To do> For this exercise, reproduce the entries below exactly, but only from the line containing "e5 v5 v6 LINE" through the line containing "e31 v29 v30 LINE", both included.

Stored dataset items
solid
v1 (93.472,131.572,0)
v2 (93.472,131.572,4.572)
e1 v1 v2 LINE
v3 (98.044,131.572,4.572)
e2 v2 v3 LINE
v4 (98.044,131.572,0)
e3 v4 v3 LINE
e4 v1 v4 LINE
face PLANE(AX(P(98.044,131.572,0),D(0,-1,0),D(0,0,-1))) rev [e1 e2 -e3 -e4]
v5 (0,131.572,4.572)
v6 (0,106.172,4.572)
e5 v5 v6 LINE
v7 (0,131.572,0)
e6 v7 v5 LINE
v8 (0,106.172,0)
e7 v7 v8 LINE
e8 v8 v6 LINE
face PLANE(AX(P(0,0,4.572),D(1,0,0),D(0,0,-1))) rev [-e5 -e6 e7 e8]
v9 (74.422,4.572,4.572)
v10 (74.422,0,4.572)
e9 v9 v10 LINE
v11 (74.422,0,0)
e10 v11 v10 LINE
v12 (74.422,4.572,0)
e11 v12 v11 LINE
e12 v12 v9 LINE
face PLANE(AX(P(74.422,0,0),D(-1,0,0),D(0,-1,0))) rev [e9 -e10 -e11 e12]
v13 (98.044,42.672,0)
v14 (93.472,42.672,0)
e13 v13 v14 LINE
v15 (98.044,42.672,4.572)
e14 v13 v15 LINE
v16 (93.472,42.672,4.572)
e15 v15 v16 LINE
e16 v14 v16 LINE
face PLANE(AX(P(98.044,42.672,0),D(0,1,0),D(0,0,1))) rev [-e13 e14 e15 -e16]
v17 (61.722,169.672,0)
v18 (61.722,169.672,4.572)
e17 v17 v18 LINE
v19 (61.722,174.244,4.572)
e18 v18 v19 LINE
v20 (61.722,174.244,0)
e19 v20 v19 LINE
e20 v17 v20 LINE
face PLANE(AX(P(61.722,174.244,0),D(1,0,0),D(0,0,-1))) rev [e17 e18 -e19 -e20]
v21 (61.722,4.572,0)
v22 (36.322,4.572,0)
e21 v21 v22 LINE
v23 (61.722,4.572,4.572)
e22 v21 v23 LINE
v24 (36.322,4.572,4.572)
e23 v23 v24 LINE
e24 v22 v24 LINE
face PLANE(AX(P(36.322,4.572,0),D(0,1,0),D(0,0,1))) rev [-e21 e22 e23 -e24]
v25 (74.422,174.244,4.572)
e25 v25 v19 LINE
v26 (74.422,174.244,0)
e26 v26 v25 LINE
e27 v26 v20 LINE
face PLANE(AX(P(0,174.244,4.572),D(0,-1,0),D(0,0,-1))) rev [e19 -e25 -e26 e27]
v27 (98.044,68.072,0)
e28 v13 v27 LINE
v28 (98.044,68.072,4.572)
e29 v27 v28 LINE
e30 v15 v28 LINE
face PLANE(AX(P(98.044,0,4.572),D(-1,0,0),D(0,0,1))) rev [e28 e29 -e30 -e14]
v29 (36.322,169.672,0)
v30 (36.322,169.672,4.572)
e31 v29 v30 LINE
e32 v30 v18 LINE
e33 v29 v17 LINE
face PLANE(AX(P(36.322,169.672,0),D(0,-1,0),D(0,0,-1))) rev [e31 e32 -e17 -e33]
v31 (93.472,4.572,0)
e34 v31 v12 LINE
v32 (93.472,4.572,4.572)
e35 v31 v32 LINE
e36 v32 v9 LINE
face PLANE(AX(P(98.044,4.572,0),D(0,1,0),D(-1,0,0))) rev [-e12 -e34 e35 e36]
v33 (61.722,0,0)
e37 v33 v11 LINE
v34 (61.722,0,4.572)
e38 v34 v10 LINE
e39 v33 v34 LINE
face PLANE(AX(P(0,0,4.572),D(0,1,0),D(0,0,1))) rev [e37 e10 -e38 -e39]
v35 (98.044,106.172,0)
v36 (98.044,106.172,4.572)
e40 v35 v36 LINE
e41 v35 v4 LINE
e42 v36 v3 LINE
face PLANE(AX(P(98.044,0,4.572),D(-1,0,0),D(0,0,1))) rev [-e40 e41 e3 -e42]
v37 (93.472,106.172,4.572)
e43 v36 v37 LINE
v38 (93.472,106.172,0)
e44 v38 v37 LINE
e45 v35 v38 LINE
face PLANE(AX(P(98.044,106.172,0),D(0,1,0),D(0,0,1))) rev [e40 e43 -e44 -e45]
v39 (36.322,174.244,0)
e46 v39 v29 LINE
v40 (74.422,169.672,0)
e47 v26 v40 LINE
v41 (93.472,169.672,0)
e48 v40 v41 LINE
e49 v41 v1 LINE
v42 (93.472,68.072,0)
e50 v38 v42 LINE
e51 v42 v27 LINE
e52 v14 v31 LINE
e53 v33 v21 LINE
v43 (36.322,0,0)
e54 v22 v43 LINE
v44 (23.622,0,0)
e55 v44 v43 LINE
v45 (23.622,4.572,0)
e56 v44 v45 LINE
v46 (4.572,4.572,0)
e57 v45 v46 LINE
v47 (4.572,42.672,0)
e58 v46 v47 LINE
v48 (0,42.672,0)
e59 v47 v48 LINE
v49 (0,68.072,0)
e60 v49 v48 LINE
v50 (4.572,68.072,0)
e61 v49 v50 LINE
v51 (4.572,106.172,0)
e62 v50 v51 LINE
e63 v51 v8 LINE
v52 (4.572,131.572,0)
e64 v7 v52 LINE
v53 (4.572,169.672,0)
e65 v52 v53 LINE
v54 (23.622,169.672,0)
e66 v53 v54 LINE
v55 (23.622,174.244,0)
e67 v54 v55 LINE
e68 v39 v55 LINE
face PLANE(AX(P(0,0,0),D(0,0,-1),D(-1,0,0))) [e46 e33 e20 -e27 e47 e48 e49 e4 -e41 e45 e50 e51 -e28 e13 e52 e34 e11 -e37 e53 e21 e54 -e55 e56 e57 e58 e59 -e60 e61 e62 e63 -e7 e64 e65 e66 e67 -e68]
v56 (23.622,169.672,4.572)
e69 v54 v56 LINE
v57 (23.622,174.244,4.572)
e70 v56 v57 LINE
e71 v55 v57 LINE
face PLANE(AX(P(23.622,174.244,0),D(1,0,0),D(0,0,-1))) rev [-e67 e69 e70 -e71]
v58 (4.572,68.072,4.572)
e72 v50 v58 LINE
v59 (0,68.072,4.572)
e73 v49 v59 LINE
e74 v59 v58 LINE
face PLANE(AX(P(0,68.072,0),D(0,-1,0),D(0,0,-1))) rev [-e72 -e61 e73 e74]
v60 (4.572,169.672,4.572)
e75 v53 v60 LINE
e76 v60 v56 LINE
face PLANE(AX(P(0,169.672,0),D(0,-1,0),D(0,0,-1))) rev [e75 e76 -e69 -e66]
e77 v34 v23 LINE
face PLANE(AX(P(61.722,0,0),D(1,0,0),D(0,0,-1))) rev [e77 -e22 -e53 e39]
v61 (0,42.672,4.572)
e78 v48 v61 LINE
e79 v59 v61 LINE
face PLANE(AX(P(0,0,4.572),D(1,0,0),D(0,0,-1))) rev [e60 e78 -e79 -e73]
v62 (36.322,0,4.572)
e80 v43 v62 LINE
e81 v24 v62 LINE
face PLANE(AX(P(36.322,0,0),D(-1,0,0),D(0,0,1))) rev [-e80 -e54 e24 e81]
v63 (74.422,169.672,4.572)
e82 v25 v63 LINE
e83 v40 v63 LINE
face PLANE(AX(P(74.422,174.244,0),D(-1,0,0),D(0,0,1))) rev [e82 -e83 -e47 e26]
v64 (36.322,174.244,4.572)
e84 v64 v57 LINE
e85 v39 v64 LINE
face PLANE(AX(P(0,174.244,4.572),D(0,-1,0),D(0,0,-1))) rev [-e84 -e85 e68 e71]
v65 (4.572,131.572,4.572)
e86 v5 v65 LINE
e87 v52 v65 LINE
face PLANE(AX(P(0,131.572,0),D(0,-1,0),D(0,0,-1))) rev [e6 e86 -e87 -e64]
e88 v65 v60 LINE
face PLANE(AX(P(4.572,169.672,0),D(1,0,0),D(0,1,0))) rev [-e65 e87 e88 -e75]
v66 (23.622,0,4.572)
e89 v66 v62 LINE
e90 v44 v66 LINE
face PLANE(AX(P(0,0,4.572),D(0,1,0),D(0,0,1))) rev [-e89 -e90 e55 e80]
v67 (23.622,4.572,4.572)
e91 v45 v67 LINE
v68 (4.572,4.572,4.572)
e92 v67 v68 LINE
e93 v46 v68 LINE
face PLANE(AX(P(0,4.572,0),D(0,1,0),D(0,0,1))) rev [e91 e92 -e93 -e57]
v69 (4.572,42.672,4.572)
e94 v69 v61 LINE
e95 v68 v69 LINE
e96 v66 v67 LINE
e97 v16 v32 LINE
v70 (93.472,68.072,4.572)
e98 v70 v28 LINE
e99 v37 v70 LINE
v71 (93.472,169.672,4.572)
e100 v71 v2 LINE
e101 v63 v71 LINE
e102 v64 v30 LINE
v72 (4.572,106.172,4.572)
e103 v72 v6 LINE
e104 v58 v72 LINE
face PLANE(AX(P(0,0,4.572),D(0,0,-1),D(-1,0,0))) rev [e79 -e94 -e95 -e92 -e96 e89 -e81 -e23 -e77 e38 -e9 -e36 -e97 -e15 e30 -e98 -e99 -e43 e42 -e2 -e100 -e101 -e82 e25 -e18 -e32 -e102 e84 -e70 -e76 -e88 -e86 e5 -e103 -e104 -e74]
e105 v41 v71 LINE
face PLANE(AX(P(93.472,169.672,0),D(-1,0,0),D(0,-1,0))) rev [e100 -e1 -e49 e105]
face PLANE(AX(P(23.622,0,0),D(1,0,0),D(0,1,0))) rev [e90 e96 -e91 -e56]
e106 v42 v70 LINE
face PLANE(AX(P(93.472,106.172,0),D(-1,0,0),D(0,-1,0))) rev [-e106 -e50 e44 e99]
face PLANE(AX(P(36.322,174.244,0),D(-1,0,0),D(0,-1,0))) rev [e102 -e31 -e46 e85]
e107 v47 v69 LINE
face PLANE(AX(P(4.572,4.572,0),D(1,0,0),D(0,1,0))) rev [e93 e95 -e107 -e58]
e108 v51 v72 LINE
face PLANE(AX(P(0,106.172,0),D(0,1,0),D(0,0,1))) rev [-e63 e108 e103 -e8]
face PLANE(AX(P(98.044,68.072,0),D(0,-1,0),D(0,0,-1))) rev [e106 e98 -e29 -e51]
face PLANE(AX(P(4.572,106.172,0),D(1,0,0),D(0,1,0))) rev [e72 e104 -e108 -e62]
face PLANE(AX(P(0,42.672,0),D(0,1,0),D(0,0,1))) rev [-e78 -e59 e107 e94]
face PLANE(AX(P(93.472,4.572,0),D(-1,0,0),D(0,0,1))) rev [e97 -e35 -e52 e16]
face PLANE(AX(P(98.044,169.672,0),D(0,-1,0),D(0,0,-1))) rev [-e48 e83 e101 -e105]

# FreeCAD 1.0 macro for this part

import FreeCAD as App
import Part
import Sketcher
Q = App.Units.Quantity

doc = App.newDocument("Part")
params = doc.addObject("Spreadsheet::Sheet", "Params")
for row, (alias, value) in enumerate([
    ("sketch1_width", "3.86 in"),
    ("sketch1_height", "6.86 in"),
    ("pad1_length", "0.18 in"),
    ("sketch2_width", "1 in"),
    ("sketch2_width2", "0.93 in"),
    ("sketch2_height", "0.18 in"),
    ("pocket1_length", "0.18 in"),
    ("sketch3_height", "1.5 in"),
    ("sketch3_width", "0.18 in"),
    ("pocket2_length", "0.18 in"),
], start=1):
    params.set(f"A{row}", alias)
    params.set(f"B{row}", "=" + value)
    params.setAlias(f"B{row}", alias)

body = doc.addObject("PartDesign::Body", "Body")

sketch1 = doc.addObject("Sketcher::SketchObject", "Sketch")
body.addObject(sketch1)
sketch1.AttachmentSupport = (doc.XY_Plane, [""])
sketch1.MapMode = "FlatFace"
sketch1.addGeometry(Part.LineSegment(App.Vector(0, 174, 0), App.Vector(0, 0, 0)), False)
sketch1.addGeometry(Part.LineSegment(App.Vector(0, 0, 0), App.Vector(98, 0, 0)), False)
sketch1.addGeometry(Part.LineSegment(App.Vector(98, 0, 0), App.Vector(98, 174, 0)), False)
sketch1.addGeometry(Part.LineSegment(App.Vector(98, 174, 0), App.Vector(0, 174, 0)), False)
sketch1.addConstraint(Sketcher.Constraint("Coincident", 0, 2, 1, 1))
sketch1.addConstraint(Sketcher.Constraint("Coincident", 1, 2, 2, 1))
sketch1.addConstraint(Sketcher.Constraint("Coincident", 2, 2, 3, 1))
sketch1.addConstraint(Sketcher.Constraint("Coincident", 3, 2, 0, 1))
sketch1.addConstraint(Sketcher.Constraint("Vertical", 0))
sketch1.addConstraint(Sketcher.Constraint("Horizontal", 1))
sketch1.addConstraint(Sketcher.Constraint("Vertical", 2))
sketch1.addConstraint(Sketcher.Constraint("Horizontal", 3))
sketch1.addConstraint(Sketcher.Constraint("Coincident", 0, 2, -1, 1))
sketch1.addConstraint(Sketcher.Constraint("DistanceX", 1, 1, 1, 2, Q("3.86 in")))
sketch1.addConstraint(Sketcher.Constraint("DistanceY", 0, 2, 0, 1, Q("6.86 in")))
sketch1.setExpression("Constraints[9]", "Params.sketch1_width")
sketch1.setExpression("Constraints[10]", "Params.sketch1_height")
pad1 = doc.addObject("PartDesign::Pad", "Pad")
body.addObject(pad1)
pad1.Profile = sketch1
pad1.setExpression("Length", "Params.pad1_length")

sketch2 = doc.addObject("Sketcher::SketchObject", "Sketch001")
body.addObject(sketch2)
sketch2.AttachmentSupport = (doc.XY_Plane, [""])
sketch2.MapMode = "FlatFace"
sketch2.AttachmentOffset = App.Placement(App.Vector(0, 0, 0.18 * 25.4), App.Rotation())
sketch2.addGeometry(Part.LineSegment(App.Vector(0, 4.6, 0), App.Vector(0, 0, 0)), False)
sketch2.addGeometry(Part.LineSegment(App.Vector(0, 0, 0), App.Vector(23.6, 0, 0)), False)
sketch2.addGeometry(Part.LineSegment(App.Vector(23.6, 0, 0), App.Vector(23.6, 4.6, 0)), False)
sketch2.addGeometry(Part.LineSegment(App.Vector(23.6, 4.6, 0), App.Vector(0, 4.6, 0)), False)
sketch2.addGeometry(Part.LineSegment(App.Vector(36.3, 4.6, 0), App.Vector(36.3, 0, 0)), False)
sketch2.addGeometry(Part.LineSegment(App.Vector(36.3, 0, 0), App.Vector(61.7, 0, 0)), False)
sketch2.addGeometry(Part.LineSegment(App.Vector(61.7, 0, 0), App.Vector(61.7, 4.6, 0)), False)
sketch2.addGeometry(Part.LineSegment(App.Vector(61.7, 4.6, 0), App.Vector(36.3, 4.6, 0)), False)
sketch2.addGeometry(Part.LineSegment(App.Vector(74.4, 4.6, 0), App.Vector(74.4, 0, 0)), False)
sketch2.addGeometry(Part.LineSegment(App.Vector(74.4, 0, 0), App.Vector(98, 0, 0)), False)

Solution to this problem>
e5 v5 v6 LINE
v7 (0,131.572,0)
e6 v7 v5 LINE
v8 (0,106.172,0)
e7 v7 v8 LINE
e8 v8 v6 LINE
face PLANE(AX(P(0,0,4.572),D(1,0,0),D(0,0,-1))) rev [-e5 -e6 e7 e8]
v9 (74.422,4.572,4.572)
v10 (74.422,0,4.572)
e9 v9 v10 LINE
v11 (74.422,0,0)
e10 v11 v10 LINE
v12 (74.422,4.572,0)
e11 v12 v11 LINE
e12 v12 v9 LINE
face PLANE(AX(P(74.422,0,0),D(-1,0,0),D(0,-1,0))) rev [e9 -e10 -e11 e12]
v13 (98.044,42.672,0)
v14 (93.472,42.672,0)
e13 v13 v14 LINE
v15 (98.044,42.672,4.572)
e14 v13 v15 LINE
v16 (93.472,42.672,4.572)
e15 v15 v16 LINE
e16 v14 v16 LINE
face PLANE(AX(P(98.044,42.672,0),D(0,1,0),D(0,0,1))) rev [-e13 e14 e15 -e16]
v17 (61.722,169.672,0)
v18 (61.722,169.672,4.572)
e17 v17 v18 LINE
v19 (61.722,174.244,4.572)
e18 v18 v19 LINE
v20 (61.722,174.244,0)
e19 v20 v19 LINE
e20 v17 v20 LINE
face PLANE(AX(P(61.722,174.244,0),D(1,0,0),D(0,0,-1))) rev [e17 e18 -e19 -e20]
v21 (61.722,4.572,0)
v22 (36.322,4.572,0)
e21 v21 v22 LINE
v23 (61.722,4.572,4.572)
e22 v21 v23 LINE
v24 (36.322,4.572,4.572)
e23 v23 v24 LINE
e24 v22 v24 LINE
face PLANE(AX(P(36.322,4.572,0),D(0,1,0),D(0,0,1))) rev [-e21 e22 e23 -e24]
v25 (74.422,174.244,4.572)
e25 v25 v19 LINE
v26 (74.422,174.244,0)
e26 v26 v25 LINE
e27 v26 v20 LINE
face PLANE(AX(P(0,174.244,4.572),D(0,-1,0),D(0,0,-1))) rev [e19 -e25 -e26 e27]
v27 (98.044,68.072,0)
e28 v13 v27 LINE
v28 (98.044,68.072,4.572)
e29 v27 v28 LINE
e30 v15 v28 LINE
face PLANE(AX(P(98.044,0,4.572),D(-1,0,0),D(0,0,1))) rev [e28 e29 -e30 -e14]
v29 (36.322,169.672,0)
v30 (36.322,169.672,4.572)
e31 v29 v30 LINE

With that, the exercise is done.